On April 20, 2026, the U.S. Securities and Exchange Commission reached a settlement with Rakesh Ahuja to resolve allegations that he engaged in insider trading by purchasing securities of three publicly traded companies while in possession of material nonpublic information (“MNPI”). According to the SEC, the trades were made in advance of material announcements by companies that he was researching for the investment advisory firm (“IA firm”) where he worked.
According to the SEC’s complaint, Ahuja was a senior associate for an unnamed New York-based IA firm when he obtained MNPI, including confidential clinical trial data, while researching investment opportunities for two pooled investment funds that his firm serviced. He allegedly breached his duty to the IA firm when he caused a brokerage account in the name of one of his close relatives to trade in securities of certain biopharmaceutical and biotechnology companies based on information that the IA firm agreed to keep in confidence. The improper securities trades were allegedly made “on at least four separate occasions in June 2022 and from May 2023 through July 2023.” Ahuja reportedly resigned from the firm in January 2024 after falsely claiming that he did not recognize his relative’s name on a list, compiled by FINRA, of individuals who were suspected of trading in securities based on confidential information obtained by the IA firm. According to the SEC, Ahuja generated approximately $65,000 in illegal profits from the trades.
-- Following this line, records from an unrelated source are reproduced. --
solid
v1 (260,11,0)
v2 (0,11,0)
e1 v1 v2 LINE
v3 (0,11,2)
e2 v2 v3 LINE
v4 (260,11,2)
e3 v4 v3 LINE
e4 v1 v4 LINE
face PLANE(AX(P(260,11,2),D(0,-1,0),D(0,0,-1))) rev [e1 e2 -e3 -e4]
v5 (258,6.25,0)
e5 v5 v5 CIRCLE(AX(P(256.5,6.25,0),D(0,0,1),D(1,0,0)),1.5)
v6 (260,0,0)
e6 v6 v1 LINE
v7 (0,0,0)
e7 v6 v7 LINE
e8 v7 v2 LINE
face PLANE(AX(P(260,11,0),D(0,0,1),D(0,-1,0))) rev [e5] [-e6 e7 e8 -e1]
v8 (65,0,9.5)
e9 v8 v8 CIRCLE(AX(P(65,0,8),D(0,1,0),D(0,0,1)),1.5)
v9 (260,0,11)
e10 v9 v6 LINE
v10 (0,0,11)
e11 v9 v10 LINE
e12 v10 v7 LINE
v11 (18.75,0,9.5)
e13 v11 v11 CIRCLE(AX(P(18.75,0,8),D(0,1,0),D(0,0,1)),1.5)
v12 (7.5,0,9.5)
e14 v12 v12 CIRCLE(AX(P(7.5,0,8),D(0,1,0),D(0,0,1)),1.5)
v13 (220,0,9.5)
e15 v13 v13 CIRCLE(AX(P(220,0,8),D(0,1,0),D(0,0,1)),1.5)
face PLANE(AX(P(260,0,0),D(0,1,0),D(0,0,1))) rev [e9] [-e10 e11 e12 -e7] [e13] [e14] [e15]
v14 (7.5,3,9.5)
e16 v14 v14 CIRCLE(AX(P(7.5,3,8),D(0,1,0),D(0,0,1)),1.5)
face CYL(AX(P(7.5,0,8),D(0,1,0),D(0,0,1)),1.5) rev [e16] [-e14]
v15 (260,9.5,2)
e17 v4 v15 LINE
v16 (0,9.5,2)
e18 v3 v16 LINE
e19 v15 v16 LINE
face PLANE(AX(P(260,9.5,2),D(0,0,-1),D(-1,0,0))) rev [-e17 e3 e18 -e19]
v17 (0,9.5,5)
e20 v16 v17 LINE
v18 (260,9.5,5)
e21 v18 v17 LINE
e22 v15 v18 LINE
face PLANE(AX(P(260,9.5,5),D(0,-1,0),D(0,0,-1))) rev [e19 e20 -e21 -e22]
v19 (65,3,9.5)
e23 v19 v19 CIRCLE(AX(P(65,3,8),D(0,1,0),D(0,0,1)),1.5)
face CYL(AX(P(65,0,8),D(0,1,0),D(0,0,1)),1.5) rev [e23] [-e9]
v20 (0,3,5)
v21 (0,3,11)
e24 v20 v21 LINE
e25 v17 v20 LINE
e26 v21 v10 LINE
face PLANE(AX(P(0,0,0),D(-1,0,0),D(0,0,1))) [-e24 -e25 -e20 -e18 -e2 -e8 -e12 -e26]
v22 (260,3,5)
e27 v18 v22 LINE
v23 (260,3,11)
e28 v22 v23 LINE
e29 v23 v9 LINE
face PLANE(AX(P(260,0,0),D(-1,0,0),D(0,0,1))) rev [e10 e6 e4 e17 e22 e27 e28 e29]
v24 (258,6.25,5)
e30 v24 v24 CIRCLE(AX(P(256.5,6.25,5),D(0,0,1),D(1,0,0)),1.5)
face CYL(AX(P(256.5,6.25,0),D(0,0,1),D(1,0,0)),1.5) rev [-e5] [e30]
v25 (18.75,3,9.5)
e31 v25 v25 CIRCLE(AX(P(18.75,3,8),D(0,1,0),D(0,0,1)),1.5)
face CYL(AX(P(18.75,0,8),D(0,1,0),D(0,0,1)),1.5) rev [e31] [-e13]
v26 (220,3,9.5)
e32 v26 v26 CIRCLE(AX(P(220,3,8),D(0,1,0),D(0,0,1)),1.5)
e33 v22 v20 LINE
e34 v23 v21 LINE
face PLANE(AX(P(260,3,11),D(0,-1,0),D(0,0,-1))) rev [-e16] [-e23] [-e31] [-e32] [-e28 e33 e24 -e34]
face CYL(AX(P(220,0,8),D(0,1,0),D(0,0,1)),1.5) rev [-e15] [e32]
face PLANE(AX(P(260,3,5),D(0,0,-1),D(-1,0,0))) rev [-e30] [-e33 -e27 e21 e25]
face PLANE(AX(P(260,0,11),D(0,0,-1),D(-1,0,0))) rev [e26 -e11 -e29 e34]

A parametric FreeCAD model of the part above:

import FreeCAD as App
import Part
import Sketcher

V = App.Vector

doc = App.newDocument("Part")
params = doc.addObject("Spreadsheet::Sheet", "Params")
for row, (alias, value) in enumerate([
    ("sketch1_width", "11 mm"),
    ("sketch1_width2", "3 mm"),
    ("sketch1_height", "2 mm"),
    ("sketch1_width3", "1.5 mm"),
    ("pad1_length", "260 mm"),
    ("sketch2_diameter", "3 mm"),
    ("sketch3_diameter", "3 mm"),
    ("sketch4_diameter", "3 mm"),
], start=1):
    params.set(f"A{row}", alias)
    params.set(f"B{row}", "=" + value)
    params.setAlias(f"B{row}", alias)

body = doc.addObject("PartDesign::Body", "Body")

sketch1 = body.newObject("Sketcher::SketchObject", "Sketch")
sketch1.AttachmentSupport = (doc.getObject("YZ_Plane"), [""])
sketch1.MapMode = "FlatFace"
sketch1.addGeometry(Part.LineSegment(V(0, 11, 0), V(0, 0, 0)), False)
sketch1.addGeometry(Part.LineSegment(V(0, 0, 0), V(11, 0, 0)), False)
sketch1.addGeometry(Part.LineSegment(V(11, 0, 0), V(11, 2, 0)), False)
sketch1.addGeometry(Part.LineSegment(V(11, 2, 0), V(9.5, 2, 0)), False)
sketch1.addGeometry(Part.LineSegment(V(9.5, 2, 0), V(9.5, 5, 0)), False)
sketch1.addGeometry(Part.LineSegment(V(9.5, 5, 0), V(3, 5, 0)), False)
sketch1.addGeometry(Part.LineSegment(V(3, 5, 0), V(3, 11, 0)), False)
sketch1.addGeometry(Part.LineSegment(V(3, 11, 0), V(0, 11, 0)), False)
sketch1.addConstraint(Sketcher.Constraint("Coincident", 0, 2, 1, 1))
sketch1.addConstraint(Sketcher.Constraint("Coincident", 1, 2, 2, 1))
sketch1.addConstraint(Sketcher.Constraint("Coincident", 2, 2, 3, 1))
sketch1.addConstraint(Sketcher.Constraint("Coincident", 3, 2, 4, 1))
sketch1.addConstraint(Sketcher.Constraint("Coincident", 4, 2, 5, 1))
sketch1.addConstraint(Sketcher.Constraint("Coincident", 5, 2, 6, 1))
sketch1.addConstraint(Sketcher.Constraint("Coincident", 6, 2, 7, 1))
sketch1.addConstraint(Sketcher.Constraint("Coincident", 7, 2, 0, 1))
sketch1.addConstraint(Sketcher.Constraint("Vertical", 0))
sketch1.addConstraint(Sketcher.Constraint("Horizontal", 1))
sketch1.addConstraint(Sketcher.Constraint("Vertical", 2))
sketch1.addConstraint(Sketcher.Constraint("Horizontal", 3))
sketch1.addConstraint(Sketcher.Constraint("Vertical", 4))
sketch1.addConstraint(Sketcher.Constraint("Horizontal", 5))
sketch1.addConstraint(Sketcher.Constraint("Vertical", 6))
sketch1.addConstraint(Sketcher.Constraint("Horizontal", 7))
sketch1.addConstraint(Sketcher.Constraint("Coincident", 0, 2, -1, 1))
sketch1.addConstraint(Sketcher.Constraint("Equal", 1, 0))
sketch1.addConstraint(Sketcher.Constraint("Equal", 7, 4))
sketch1.addConstraint(Sketcher.Constraint("DistanceX", 1, 1, 1, 2, 11.0))
sketch1.addConstraint(Sketcher.Constraint("DistanceX", 7, 2, 7, 1, 3.0))
sketch1.addConstraint(Sketcher.Constraint("DistanceY", 2, 1, 2, 2, 2.0))
sketch1.addConstraint(Sketcher.Constraint("DistanceX", 3, 2, 3, 1, 1.5))
sketch1.setExpression("Constraints[19]", "Params.sketch1_width")
sketch1.setExpression("Constraints[20]", "Params.sketch1_width2")
sketch1.setExpression("Constraints[21]", "Params.sketch1_height")
sketch1.setExpression("Constraints[22]", "Params.sketch1_width3")
pad1 = body.newObject("PartDesign::Pad", "Pad")
pad1.Profile = sketch1
pad1.setExpression("Length", "Params.pad1_length")

sketch2 = body.newObject("Sketcher::SketchObject", "Sketch001")
sketch2.AttachmentSupport = (doc.getObject("XY_Plane"), [""])
sketch2.MapMode = "FlatFace"
sketch2.AttachmentOffset = App.Placement(V(0, 0, 5), App.Rotation())
sketch2.addGeometry(Part.Circle(V(256.5, 6.2, 0), V(0, 0, 1), 1.5), False)
sketch2.addConstraint(Sketcher.Constraint("Diameter", 0, 3.0))
sketch2.addConstraint(Sketcher.Constraint("DistanceX", -1, 1, 0, 3, 256.5))
sketch2.addConstraint(Sketcher.Constraint("DistanceY", -1, 1, 0, 3, 6.25))
sketch2.setExpression("Constraints[0]", "Params.sketch2_diameter")
pocket1 = body.newObject("PartDesign::Pocket", "Pocket")
pocket1.Profile = sketch2
pocket1.Type = "ThroughAll"

sketch3 = body.newObject("Sketcher::SketchObject", "Sketch002")
sketch3.AttachmentSupport = (doc.getObject("XZ_Plane"), [""])
sketch3.MapMode = "FlatFace"
sketch3.AttachmentOffset = App.Placement(V(0, 0, -3), App.Rotation())
sketch3.addGeometry(Part.Circle(V(7.5, 8, 0), V(0, 0, 1), 1.5), False)
sketch3.addGeometry(Part.Circle(V(18.8, 8, 0), V(0, 0, 1), 1.5), False)
sketch3.addConstraint(Sketcher.Constraint("Equal", 0, 1))
sketch3.addConstraint(Sketcher.Constraint("Horizontal", 0, 3, 1, 3))
sketch3.addConstraint(Sketcher.Constraint("Diameter", 0, 3.0))
sketch3.addConstraint(Sketcher.Constraint("DistanceY", -1, 1, 0, 3, 8.0))
sketch3.addConstraint(Sketcher.Constraint("DistanceX", -1, 1, 0, 3, 7.5))
sketch3.addConstraint(Sketcher.Constraint("DistanceX", -1, 1, 1, 3, 18.75))
sketch3.setExpression("Constraints[2]", "Params.sketch3_diameter")
pocket2 = body.newObject("PartDesign::Pocket", "Pocket001")
pocket2.Profile = sketch3
pocket2.Type = "ThroughAll"
pocket2.Reversed = True

sketch4 = body.newObject("Sketcher::SketchObject", "Sketch003")
sketch4.AttachmentSupport = (doc.getObject("XZ_Plane"), [""])
sketch4.MapMode = "FlatFace"
sketch4.AttachmentOffset = App.Placement(V(0, 0, -3), App.Rotation())
sketch4.addGeometry(Part.Circle(V(65, 8, 0), V(0, 0, 1), 1.5), False)
sketch4.addGeometry(Part.Circle(V(220, 8, 0), V(0, 0, 1), 1.5), False)
sketch4.addConstraint(Sketcher.Constraint("Equal", 0, 1))
sketch4.addConstraint(Sketcher.Constraint("Horizontal", 0, 3, 1, 3))
sketch4.addConstraint(Sketcher.Constraint("Diameter", 0, 3.0))
sketch4.addConstraint(Sketcher.Constraint("DistanceX", -1, 1, 0, 3, 65.0))
sketch4.addConstraint(Sketcher.Constraint("DistanceY", -1, 1, 0, 3, 8.0))
sketch4.addConstraint(Sketcher.Constraint("DistanceX", -1, 1, 1, 3, 220.0))
sketch4.setExpression("Constraints[2]", "Params.sketch4_diameter")
pocket3 = body.newObject("PartDesign::Pocket", "Pocket002")
pocket3.Profile = sketch4
pocket3.Type = "ThroughAll"
pocket3.Reversed = True

doc.recompute()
The SEC’s complaint, which was filed in the Southern District of New York, charged Ahuja with violating Section 10(b) of the Securities Exchange Act of 1934 and Rule 10b-5 thereunder. Ahuja reached a settlement with the SEC to resolve the charges by agreeing to be permanently enjoined from engaging in future securities law violations, without admitting or denying the SEC’s allegations. He was also enjoined from acting as or being associated with any investment adviser, broker, or dealer for a period of two years. The proposed judgment, which is subject to court approval, also ordered Ahuja to pay disgorgement of $65,404.25, prejudgment interest of $12,289.01, and a civil penalty of $65,404.25.